■ Prompt ■
Given the records below, would you repeat exactly the lines that begin at the one containing "#43=FACE_BOUND('',#42,.T.);" and end at the one containing "#66=ORIENTED_EDGE('',*,*,#40,.F.);", inclusive?

START Source information

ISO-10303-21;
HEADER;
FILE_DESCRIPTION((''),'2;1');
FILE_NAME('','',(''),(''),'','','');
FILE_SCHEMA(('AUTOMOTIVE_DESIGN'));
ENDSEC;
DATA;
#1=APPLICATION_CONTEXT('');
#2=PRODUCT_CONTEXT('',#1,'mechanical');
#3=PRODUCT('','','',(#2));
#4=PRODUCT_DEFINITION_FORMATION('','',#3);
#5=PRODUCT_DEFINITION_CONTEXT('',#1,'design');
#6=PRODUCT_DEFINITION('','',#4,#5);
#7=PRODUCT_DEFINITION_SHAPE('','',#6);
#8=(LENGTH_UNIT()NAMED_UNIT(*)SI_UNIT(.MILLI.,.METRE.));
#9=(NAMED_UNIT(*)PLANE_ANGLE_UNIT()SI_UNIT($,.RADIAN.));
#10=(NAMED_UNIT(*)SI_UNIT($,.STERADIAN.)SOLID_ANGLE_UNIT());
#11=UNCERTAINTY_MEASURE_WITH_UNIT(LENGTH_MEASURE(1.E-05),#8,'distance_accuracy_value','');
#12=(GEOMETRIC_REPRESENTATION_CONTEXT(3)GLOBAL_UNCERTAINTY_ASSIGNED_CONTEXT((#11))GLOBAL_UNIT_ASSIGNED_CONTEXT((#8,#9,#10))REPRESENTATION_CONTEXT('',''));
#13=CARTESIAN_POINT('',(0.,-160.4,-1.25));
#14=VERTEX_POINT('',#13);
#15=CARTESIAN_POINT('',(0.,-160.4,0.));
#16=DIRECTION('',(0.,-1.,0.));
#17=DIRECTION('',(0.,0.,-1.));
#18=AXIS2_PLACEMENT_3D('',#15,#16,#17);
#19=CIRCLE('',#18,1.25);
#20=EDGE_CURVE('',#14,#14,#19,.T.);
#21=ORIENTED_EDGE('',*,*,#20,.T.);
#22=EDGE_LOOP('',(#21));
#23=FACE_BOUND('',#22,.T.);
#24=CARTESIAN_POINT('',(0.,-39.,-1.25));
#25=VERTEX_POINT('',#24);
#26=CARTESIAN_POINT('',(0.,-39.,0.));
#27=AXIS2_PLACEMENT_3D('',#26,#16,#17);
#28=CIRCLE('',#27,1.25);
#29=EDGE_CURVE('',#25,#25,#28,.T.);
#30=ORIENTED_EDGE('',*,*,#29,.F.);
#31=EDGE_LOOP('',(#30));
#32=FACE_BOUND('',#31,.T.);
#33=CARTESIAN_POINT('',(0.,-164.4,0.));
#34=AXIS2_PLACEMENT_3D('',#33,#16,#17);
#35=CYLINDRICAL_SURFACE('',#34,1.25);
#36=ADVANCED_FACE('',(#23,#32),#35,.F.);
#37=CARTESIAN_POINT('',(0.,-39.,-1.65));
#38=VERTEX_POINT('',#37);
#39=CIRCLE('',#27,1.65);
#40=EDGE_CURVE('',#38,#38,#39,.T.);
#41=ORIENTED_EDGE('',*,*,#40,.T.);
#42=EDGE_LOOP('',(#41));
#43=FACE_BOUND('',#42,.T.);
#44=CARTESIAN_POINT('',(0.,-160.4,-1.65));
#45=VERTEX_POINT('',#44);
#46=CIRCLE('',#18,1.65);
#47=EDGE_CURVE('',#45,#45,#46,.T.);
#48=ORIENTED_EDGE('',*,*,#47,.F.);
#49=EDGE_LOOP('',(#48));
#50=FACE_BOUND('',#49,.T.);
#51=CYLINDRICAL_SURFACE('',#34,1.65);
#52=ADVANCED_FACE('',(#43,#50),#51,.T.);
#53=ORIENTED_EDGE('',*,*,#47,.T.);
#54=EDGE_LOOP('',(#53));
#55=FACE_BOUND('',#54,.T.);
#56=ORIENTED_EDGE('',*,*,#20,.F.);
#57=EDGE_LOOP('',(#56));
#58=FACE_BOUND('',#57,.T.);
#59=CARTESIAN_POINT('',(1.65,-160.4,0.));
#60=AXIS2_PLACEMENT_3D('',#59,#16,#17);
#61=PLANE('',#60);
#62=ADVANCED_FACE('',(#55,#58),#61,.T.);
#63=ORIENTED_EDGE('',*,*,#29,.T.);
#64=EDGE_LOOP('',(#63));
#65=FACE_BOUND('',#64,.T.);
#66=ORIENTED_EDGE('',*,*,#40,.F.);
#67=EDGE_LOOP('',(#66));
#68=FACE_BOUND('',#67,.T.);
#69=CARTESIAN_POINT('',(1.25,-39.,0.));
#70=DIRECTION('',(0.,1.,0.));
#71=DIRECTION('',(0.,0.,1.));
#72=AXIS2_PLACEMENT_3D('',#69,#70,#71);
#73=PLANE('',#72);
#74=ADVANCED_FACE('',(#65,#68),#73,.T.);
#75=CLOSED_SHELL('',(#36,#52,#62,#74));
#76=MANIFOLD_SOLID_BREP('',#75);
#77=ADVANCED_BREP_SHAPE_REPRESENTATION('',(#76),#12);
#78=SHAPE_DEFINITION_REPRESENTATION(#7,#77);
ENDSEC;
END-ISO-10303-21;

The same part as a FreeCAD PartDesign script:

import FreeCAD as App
import Part
import Sketcher

doc = App.newDocument("Part")
body = doc.addObject("PartDesign::Body", "Body")

# Sketch on XY plane
sketch1 = doc.addObject("Sketcher::SketchObject", "Sketch")
body.addObject(sketch1)
sketch1.AttachmentSupport = (doc.XY_Plane, [""])
sketch1.MapMode = "FlatFace"
sketch1.addGeometry([
    Part.LineSegment(App.Vector(1.25, -39, 0), App.Vector(1.25, -160.4, 0)),
    Part.LineSegment(App.Vector(1.25, -160.4, 0), App.Vector(1.65, -160.4, 0)),
    Part.LineSegment(App.Vector(1.65, -160.4, 0), App.Vector(1.65, -39, 0)),
    Part.LineSegment(App.Vector(1.65, -39, 0), App.Vector(1.25, -39, 0)),
], False)
sketch1.addConstraint([
    Sketcher.Constraint("Coincident", 0, 2, 1, 1),
    Sketcher.Constraint("Coincident", 1, 2, 2, 1),
    Sketcher.Constraint("Coincident", 2, 2, 3, 1),
    Sketcher.Constraint("Coincident", 3, 2, 0, 1),
    Sketcher.Constraint("Vertical", 0),
    Sketcher.Constraint("Horizontal", 1),
    Sketcher.Constraint("Vertical", 2),
    Sketcher.Constraint("Horizontal", 3),
    Sketcher.Constraint("DistanceX", 1, 1, 1, 2, 0.4),
    Sketcher.Constraint("DistanceY", 0, 2, 0, 1, 121.4),
    Sketcher.Constraint("DistanceY", 2, 2, -1, 1, 39.0),
    Sketcher.Constraint("DistanceX", -1, 1, 0, 2, 1.25),
])
revolution = doc.addObject("PartDesign::Revolution", "Revolution")
body.addObject(revolution)
revolution.Profile = sketch1
revolution.ReferenceAxis = (sketch1, ["V_Axis"])
revolution.Angle = 360

doc.recompute()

END Source information

■ Expected output ■
#43=FACE_BOUND('',#42,.T.);
#44=CARTESIAN_POINT('',(0.,-160.4,-1.65));
#45=VERTEX_POINT('',#44);
#46=CIRCLE('',#18,1.65);
#47=EDGE_CURVE('',#45,#45,#46,.T.);
#48=ORIENTED_EDGE('',*,*,#47,.F.);
#49=EDGE_LOOP('',(#48));
#50=FACE_BOUND('',#49,.T.);
#51=CYLINDRICAL_SURFACE('',#34,1.65);
#52=ADVANCED_FACE('',(#43,#50),#51,.T.);
#53=ORIENTED_EDGE('',*,*,#47,.T.);
#54=EDGE_LOOP('',(#53));
#55=FACE_BOUND('',#54,.T.);
#56=ORIENTED_EDGE('',*,*,#20,.F.);
#57=EDGE_LOOP('',(#56));
#58=FACE_BOUND('',#57,.T.);
#59=CARTESIAN_POINT('',(1.65,-160.4,0.));
#60=AXIS2_PLACEMENT_3D('',#59,#16,#17);
#61=PLANE('',#60);
#62=ADVANCED_FACE('',(#55,#58),#61,.T.);
#63=ORIENTED_EDGE('',*,*,#29,.T.);
#64=EDGE_LOOP('',(#63));
#65=FACE_BOUND('',#64,.T.);
#66=ORIENTED_EDGE('',*,*,#40,.F.);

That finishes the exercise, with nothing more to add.